The majority of the people of Biñan are Roman Catholics. Other religious groups include Jesus Miracle Crusade International Ministry (JMCIM), the Church of Jesus Christ of Latter-day Saints, the Members Church of God International, Iglesia ni Cristo (Church of Christ), Evangelical Christians, United Church of Christ in the Philippines, the United Methodist Church, Presbyterian Churches, Baptist and Bible Fundamental churches.

== Economy ==

Biñan has been popularly recognized as a trading center area immediately south of Metro Manila. The city has the largest public market in the province of Laguna and in the Calabarzon Region. Retailers from nearby towns often plow the city proper to purchase goods and merchandise intended to be sold elsewhere.

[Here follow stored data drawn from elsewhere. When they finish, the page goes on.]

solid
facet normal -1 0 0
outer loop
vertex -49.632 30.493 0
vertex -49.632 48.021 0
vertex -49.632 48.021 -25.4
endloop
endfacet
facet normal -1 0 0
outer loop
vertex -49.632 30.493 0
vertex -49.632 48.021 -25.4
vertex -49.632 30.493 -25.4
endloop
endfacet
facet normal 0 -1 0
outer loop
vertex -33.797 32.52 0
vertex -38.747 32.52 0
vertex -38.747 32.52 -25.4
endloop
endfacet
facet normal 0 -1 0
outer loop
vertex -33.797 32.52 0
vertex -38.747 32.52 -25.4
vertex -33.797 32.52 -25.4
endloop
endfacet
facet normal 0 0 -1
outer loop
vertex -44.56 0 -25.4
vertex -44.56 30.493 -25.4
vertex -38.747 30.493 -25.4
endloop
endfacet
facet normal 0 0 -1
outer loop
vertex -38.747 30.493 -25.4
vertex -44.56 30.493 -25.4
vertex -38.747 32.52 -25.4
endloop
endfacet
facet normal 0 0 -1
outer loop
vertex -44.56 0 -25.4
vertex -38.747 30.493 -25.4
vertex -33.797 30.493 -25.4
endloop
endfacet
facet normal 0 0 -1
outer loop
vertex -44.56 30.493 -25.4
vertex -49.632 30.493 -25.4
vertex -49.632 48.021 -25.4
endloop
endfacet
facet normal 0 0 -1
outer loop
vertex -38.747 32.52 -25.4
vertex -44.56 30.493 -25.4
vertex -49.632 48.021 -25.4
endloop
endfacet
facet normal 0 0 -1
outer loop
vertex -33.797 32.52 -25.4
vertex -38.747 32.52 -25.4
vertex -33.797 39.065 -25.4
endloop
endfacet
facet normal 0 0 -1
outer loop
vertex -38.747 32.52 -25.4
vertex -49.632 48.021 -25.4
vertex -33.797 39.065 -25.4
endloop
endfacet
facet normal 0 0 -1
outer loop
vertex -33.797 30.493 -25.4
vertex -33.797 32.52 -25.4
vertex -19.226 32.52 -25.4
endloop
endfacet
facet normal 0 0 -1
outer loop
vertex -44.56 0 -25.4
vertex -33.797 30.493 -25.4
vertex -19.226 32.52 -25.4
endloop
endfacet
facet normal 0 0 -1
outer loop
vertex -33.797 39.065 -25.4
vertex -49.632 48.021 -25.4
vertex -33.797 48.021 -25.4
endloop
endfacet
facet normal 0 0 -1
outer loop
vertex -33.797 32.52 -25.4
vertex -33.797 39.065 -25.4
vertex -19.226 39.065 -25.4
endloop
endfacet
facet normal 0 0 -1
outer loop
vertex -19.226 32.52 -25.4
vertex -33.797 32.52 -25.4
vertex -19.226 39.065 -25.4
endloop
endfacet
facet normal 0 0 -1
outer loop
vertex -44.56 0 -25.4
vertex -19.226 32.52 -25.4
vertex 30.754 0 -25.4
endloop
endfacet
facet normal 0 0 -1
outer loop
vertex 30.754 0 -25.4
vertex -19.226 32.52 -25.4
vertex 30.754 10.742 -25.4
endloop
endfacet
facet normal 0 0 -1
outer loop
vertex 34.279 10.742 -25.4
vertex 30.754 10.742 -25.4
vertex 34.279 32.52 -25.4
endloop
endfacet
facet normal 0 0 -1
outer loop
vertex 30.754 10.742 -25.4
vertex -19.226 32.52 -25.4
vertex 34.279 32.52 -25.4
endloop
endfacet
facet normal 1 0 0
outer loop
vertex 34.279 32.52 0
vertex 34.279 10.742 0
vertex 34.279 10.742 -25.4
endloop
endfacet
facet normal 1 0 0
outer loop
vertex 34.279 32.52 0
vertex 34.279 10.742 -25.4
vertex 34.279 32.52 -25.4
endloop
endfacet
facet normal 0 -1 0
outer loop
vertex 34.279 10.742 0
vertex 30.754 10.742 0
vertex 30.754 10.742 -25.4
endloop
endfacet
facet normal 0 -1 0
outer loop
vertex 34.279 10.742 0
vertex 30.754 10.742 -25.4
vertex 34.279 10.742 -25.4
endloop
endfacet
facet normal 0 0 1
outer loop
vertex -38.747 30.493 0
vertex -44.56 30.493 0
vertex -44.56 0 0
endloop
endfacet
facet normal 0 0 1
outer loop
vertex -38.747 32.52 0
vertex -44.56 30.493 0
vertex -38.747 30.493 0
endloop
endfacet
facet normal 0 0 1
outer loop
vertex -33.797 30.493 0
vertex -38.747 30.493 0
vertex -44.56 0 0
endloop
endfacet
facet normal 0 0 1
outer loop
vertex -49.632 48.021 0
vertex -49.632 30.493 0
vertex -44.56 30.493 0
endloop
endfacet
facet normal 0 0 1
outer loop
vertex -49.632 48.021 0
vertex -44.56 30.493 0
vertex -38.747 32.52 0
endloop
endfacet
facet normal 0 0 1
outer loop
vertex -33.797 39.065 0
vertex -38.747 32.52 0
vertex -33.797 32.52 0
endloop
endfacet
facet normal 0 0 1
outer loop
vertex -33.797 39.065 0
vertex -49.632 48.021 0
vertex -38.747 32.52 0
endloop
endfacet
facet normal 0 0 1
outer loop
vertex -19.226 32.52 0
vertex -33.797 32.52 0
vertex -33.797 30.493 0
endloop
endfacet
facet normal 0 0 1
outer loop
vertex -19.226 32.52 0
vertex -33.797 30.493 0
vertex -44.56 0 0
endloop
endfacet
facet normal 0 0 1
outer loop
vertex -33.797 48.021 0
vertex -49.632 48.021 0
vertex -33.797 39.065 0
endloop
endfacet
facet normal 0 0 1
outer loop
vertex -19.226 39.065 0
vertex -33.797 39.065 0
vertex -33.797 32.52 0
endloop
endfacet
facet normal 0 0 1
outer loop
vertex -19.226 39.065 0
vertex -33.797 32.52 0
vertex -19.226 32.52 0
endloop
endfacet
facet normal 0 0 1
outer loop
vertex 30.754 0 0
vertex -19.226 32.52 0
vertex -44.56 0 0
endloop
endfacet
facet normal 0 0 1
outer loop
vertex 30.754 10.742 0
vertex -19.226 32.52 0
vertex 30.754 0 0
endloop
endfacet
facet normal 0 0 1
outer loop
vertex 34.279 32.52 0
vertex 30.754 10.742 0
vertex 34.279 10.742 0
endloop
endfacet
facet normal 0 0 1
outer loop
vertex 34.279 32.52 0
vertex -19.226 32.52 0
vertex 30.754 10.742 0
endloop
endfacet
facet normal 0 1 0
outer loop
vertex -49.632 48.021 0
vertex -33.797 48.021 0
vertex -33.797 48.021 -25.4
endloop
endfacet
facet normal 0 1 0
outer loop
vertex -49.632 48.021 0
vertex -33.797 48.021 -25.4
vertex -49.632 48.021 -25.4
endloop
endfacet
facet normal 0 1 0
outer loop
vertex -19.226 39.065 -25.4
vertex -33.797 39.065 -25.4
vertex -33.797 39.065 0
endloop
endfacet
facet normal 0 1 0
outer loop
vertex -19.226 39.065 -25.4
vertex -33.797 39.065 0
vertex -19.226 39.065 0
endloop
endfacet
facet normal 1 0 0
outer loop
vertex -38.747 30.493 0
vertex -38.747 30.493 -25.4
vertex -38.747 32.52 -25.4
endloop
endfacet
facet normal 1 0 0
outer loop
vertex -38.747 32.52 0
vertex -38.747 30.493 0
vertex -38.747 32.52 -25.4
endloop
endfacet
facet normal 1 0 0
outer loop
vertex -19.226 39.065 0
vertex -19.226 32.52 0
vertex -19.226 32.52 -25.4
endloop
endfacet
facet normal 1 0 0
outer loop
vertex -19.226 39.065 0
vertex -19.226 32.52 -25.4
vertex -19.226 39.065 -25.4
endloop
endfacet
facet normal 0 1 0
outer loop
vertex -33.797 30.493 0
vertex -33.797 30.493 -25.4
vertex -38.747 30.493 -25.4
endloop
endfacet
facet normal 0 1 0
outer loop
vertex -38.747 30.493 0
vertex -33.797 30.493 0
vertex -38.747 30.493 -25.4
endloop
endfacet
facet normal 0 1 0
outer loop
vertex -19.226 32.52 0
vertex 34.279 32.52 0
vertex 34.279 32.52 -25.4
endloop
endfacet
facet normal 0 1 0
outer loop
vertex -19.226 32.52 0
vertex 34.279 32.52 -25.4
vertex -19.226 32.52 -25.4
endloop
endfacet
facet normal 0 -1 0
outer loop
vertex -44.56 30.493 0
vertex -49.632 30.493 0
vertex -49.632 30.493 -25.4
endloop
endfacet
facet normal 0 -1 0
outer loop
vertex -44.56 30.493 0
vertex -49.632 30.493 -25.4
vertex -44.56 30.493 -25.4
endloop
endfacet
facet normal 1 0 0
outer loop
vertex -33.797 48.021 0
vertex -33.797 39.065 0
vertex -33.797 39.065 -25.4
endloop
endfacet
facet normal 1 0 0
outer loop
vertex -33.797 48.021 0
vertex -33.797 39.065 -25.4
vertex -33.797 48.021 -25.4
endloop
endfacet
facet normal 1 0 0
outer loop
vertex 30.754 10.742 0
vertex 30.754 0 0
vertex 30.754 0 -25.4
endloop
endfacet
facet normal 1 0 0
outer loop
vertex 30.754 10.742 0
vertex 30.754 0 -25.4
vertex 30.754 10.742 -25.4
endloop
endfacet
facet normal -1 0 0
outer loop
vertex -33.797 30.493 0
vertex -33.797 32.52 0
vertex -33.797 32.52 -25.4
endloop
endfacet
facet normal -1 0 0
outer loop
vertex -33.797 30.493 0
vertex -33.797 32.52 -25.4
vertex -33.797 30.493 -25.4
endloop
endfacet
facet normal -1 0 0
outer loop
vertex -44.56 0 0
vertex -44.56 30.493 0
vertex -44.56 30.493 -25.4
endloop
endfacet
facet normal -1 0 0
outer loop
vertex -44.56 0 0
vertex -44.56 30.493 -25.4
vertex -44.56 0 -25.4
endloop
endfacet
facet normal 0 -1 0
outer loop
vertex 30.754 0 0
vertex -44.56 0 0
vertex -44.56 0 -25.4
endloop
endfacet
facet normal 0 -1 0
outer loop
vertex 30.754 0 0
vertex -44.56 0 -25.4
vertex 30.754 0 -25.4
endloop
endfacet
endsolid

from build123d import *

# Parameters (mm, degrees)
F0_W     = 14.5715866238
F0_H     = 6.5456330776
F0_W_2   = 4.949297756
F0_W_3   = 5.8135613799
F0_H_2   = 2.0267963409
F0_W_4   = 3.5245139152
F0_H_3   = 21.7774156481
F1_DEPTH = 25.4


with BuildPart() as f1:
    # F0 (on Top) → F1 (new body)
    with BuildSketch(Plane.XY):
        Polygon((-33.7974205613, 48.0205528438), (-49.6319867671, 48.0205528438), (-49.6319867671, 30.4928608239), (-44.5602796972, 30.4928608239), (-44.5602796972, 32.5196571648), (-38.7467183173, 32.5196571648), (-38.7467183173, 39.0652902424), (-33.7974205613, 39.0652902424), align=None)
        with Locations((-26.5116272494, 35.7924737036)):
            Rectangle(F0_W, F0_H)
        with Locations((-36.2720694393, 35.7924737036)):
            Rectangle(F0_W_2, F0_H)
        with Locations((-41.6534990072, 31.5062589943)):
            Rectangle(F0_W_3, F0_H_2)
        Polygon((-38.7467183173, 30.4928608239), (-44.5602796972, 30.4928608239), (-44.5602796972, 0), (30.7543519884, 0), (30.7543519884, 10.7422415167), (30.7543519884, 32.5196571648), (-19.2258339375, 32.5196571648), (-19.2258339375, 9.3785366043), (-38.7467183173, 9.3785366043), align=None)
        Polygon((-19.2258339375, 32.5196571648), (-33.7974205613, 32.5196571648), (-33.7974205613, 30.4928608239), (-38.7467183173, 30.4928608239), (-38.7467183173, 9.3785366043), (-19.2258339375, 9.3785366043), align=None)
        with Locations((32.516608946, 21.6309493408)):
            Rectangle(F0_W_4, F0_H_3)
    extrude(amount=-F1_DEPTH)


solid = f1.part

Biñan has also been a center of commerce in the region because of the numerous banking institutions across the city, plus the ever-growing number of commercial establishments and emerging shopping centers.

A common sight is the preparations and setting up of the wholesalers and the arrival of jeepneys and trucks carrying various items such as fruits, vegetables, dry goods, dairy products, meat, fish, etc. The market activity would be 24 hours with peak reaching the early hours (3:00–7:00 am PHT) as Filipinos are known to work in the early hours of the day trying to prevent exposure to the heating sun.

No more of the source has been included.